# How will I know when BOB is gone?



## mtolypetsupply (Dec 18, 2008)

Bob apparently has SLS and the kindest thing I can do is Euthanasia, right?

So, whether I choose vodka or orajel, how will I know when he indeed has crossed the rainbow bridge to the Great Rainforest in the Sky??


----------



## Jason DeSantis (Feb 2, 2006)

When he stops twitching(sp?). Usually for a couple seconds they will kick like to get out of whatever you use then they twitch for a second and then its over.
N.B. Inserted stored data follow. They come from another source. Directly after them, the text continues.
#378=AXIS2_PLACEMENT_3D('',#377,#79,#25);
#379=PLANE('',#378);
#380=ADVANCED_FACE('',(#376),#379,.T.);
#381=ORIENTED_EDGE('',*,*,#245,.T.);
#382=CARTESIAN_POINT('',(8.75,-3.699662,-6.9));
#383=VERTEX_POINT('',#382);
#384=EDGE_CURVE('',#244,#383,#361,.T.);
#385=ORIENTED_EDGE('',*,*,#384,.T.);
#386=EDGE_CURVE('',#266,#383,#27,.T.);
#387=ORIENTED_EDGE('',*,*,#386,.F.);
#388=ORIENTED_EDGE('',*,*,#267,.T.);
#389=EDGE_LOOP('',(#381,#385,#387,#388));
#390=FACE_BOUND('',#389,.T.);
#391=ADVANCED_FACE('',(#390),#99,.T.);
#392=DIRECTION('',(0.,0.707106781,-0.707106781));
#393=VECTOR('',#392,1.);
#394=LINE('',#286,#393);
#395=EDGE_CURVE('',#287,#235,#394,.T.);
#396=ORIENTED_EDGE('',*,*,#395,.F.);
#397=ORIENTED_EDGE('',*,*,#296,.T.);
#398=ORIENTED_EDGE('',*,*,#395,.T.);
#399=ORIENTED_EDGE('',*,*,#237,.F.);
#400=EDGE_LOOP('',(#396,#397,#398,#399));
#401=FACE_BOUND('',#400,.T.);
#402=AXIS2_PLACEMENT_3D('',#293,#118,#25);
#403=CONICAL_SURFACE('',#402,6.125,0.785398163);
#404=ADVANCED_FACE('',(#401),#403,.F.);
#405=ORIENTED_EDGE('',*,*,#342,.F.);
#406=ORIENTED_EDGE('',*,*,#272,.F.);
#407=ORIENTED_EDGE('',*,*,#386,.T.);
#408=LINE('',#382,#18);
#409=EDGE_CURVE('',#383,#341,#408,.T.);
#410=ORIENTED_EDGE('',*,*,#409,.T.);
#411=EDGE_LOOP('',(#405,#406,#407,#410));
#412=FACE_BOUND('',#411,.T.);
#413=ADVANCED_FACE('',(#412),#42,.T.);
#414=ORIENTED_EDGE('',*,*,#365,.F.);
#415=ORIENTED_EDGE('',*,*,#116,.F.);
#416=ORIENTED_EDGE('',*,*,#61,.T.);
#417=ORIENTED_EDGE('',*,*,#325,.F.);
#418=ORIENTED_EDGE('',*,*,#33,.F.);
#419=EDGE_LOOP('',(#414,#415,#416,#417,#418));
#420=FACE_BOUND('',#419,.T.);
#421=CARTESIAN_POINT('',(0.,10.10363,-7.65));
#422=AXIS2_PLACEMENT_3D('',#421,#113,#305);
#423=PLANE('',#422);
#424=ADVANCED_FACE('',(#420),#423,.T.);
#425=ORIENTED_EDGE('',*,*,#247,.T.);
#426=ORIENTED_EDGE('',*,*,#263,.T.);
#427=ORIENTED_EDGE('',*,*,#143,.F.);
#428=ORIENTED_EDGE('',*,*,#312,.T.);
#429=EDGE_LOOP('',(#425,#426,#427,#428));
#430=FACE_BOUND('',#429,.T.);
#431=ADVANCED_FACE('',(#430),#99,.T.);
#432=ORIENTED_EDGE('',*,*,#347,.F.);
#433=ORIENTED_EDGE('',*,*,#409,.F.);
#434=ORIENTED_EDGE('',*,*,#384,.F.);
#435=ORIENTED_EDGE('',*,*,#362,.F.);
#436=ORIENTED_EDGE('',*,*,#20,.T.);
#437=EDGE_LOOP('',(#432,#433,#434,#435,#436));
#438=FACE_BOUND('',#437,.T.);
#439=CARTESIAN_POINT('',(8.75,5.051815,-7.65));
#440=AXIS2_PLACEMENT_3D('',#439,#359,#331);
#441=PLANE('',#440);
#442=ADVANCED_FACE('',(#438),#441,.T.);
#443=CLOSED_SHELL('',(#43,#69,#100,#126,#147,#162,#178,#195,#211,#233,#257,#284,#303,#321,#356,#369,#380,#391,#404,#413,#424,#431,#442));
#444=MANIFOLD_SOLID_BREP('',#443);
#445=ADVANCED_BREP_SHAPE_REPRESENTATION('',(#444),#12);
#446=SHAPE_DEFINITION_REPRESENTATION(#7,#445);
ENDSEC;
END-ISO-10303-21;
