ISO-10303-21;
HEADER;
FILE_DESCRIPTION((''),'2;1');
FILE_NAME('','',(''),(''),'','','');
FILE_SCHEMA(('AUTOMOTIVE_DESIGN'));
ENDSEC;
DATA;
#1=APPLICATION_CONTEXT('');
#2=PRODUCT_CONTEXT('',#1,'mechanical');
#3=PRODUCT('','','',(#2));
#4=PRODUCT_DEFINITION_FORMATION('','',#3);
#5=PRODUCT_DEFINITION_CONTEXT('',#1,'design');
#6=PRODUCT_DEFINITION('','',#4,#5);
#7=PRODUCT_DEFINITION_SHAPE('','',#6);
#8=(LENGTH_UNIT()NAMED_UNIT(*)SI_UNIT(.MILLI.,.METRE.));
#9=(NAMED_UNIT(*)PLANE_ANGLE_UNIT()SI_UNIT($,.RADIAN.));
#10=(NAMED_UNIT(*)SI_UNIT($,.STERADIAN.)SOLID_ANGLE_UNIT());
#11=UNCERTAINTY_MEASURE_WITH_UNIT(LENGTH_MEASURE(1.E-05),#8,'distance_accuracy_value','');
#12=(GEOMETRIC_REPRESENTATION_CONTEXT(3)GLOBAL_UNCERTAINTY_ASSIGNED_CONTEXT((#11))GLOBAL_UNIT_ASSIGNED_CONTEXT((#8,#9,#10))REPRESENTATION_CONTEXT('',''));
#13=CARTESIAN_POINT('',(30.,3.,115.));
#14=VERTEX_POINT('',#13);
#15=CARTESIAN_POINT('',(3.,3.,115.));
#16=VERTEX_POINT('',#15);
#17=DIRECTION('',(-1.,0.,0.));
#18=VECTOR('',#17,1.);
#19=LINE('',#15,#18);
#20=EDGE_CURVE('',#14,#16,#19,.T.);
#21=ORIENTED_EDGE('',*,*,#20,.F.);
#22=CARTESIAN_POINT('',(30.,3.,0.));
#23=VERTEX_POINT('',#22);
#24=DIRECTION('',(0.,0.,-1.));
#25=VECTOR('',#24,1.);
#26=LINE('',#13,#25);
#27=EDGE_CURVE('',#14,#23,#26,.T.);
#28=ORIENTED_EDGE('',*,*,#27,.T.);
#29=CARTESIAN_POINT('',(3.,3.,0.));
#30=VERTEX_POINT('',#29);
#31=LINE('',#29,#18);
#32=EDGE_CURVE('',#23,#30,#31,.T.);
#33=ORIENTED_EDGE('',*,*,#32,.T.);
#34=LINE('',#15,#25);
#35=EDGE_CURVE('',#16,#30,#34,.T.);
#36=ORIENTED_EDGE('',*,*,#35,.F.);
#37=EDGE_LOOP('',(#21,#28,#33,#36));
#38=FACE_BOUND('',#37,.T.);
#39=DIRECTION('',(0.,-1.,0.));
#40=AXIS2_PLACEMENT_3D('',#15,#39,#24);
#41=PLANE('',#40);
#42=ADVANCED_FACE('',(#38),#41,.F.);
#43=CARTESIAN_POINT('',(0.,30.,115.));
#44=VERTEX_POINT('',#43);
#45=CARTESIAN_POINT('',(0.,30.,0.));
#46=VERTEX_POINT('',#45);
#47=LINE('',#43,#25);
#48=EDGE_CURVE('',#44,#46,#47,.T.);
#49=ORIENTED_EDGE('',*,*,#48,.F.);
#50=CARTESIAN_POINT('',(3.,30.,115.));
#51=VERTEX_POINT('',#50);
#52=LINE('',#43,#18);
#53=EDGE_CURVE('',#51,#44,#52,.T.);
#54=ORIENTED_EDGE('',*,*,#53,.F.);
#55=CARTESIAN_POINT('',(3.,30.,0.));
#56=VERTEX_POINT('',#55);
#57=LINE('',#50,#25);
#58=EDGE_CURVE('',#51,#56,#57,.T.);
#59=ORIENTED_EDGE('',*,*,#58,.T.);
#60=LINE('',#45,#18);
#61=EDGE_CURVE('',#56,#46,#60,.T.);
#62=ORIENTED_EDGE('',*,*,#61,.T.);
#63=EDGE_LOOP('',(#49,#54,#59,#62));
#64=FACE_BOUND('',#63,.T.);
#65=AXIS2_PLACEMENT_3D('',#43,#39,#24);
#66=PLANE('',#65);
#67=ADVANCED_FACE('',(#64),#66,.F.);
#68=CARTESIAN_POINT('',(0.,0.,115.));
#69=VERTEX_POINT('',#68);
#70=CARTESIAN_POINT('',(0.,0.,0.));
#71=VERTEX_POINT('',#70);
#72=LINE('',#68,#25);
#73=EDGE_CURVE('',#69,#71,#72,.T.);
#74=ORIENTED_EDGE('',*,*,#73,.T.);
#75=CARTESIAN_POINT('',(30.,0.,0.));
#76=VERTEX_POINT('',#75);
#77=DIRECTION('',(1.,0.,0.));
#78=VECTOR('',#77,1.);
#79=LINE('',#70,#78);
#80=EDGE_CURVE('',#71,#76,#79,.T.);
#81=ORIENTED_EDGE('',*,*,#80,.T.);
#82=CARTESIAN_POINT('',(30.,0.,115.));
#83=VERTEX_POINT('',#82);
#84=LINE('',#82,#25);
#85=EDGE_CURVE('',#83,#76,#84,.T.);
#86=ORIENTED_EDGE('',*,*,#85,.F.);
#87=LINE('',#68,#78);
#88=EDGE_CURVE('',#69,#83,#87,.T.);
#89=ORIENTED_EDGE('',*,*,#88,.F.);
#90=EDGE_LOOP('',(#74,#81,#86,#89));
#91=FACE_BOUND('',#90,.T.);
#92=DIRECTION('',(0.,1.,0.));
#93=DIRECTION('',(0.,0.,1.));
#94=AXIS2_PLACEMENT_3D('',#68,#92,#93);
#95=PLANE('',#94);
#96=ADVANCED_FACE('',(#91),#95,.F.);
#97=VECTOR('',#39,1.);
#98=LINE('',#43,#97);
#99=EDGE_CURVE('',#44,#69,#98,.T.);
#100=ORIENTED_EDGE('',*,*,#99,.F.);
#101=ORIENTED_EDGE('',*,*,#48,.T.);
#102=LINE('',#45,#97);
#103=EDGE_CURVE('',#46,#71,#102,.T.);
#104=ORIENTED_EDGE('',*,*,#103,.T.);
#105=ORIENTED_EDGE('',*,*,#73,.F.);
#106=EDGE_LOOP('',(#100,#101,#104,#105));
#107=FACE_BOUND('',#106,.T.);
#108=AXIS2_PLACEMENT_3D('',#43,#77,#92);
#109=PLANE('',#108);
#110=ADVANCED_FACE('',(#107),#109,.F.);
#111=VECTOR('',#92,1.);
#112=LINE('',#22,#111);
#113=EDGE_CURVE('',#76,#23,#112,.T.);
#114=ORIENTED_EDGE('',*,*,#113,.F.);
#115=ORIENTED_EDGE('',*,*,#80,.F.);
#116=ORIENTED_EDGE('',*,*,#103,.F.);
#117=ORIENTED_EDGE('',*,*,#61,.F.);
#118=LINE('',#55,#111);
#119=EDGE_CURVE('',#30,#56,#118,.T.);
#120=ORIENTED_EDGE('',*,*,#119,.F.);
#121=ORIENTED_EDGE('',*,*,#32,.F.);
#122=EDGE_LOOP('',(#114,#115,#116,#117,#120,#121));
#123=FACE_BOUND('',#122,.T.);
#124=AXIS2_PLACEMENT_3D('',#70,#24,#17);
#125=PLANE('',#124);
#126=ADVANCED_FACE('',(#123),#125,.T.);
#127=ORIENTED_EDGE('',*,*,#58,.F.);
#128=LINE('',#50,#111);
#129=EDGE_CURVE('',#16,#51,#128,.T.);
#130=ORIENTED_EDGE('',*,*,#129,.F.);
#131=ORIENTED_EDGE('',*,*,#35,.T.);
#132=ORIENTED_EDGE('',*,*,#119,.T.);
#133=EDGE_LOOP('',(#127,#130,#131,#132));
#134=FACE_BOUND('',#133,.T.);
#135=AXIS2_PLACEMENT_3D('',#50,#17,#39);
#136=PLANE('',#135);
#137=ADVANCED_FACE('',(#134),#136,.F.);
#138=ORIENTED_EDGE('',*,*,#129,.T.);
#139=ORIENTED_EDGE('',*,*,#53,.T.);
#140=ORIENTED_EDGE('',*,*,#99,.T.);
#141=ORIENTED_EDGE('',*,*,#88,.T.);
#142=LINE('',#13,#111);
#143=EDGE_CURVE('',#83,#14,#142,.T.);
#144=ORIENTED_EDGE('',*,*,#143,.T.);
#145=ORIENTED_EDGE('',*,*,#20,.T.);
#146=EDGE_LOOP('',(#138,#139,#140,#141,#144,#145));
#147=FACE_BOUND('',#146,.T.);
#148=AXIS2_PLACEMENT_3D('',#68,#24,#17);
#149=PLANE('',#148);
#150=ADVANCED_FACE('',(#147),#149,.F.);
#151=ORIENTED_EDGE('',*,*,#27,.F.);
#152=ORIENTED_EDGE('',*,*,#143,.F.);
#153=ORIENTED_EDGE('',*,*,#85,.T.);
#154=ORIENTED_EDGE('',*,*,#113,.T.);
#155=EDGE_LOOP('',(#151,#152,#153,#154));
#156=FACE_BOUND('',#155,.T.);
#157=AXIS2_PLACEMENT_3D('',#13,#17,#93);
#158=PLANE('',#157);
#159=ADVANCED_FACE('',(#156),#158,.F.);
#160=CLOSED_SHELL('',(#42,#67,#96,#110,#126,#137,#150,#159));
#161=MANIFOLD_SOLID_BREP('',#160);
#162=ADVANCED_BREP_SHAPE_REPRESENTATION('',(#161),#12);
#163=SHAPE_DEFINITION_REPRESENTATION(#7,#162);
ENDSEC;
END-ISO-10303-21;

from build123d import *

# Parameters (mm, degrees)
EXTRUDE_1_DEPTH = 115


with BuildPart() as part:
    # Эскиз1 → Бобышка-Вытянуть1 (new body)
    with BuildSketch(Plane.XY):
        Polygon((0, 30), (0, 0), (30, 0), (30, 3), (3, 3), (3, 30), align=None)
    extrude(amount=EXTRUDE_1_DEPTH)


solid = part.part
The whole thing should take less then 10-20 seconds.
J


----------



## M_Rybecky (Mar 16, 2009)

I'm sorry to hear about BOB.


----------



## Philsuma (Jul 18, 2006)

Naming them makes everything SO much harder...

The GF tired to give names to the first dozen or so back in 2004 but after 100 or so, she gave up  whew.....


----------



## garweft (Mar 11, 2008)

My wife once asked why my snakes don't have names. I told her when you find a name they will answer to let me know and I'll name them that.

Sorry about the froglet.


----------



## WVFROGGER23 (Jan 5, 2010)

Just lost a baby brazillian yellowhead this morning. He seemed to have sts so I was expecting it. Couldn't hardly catch any flies. Although occasionally he did nab one. He was still putting forth an effort to eat so I couldn't bring myself to end the little ones life prematurely. He was very scrawny when he arrived so I knew there was something up. Sorry to hear about BOB.


----------



## Philsuma (Jul 18, 2006)

WVFROGGER23 said:


> He was very scrawny when he arrived so I knew there was something up.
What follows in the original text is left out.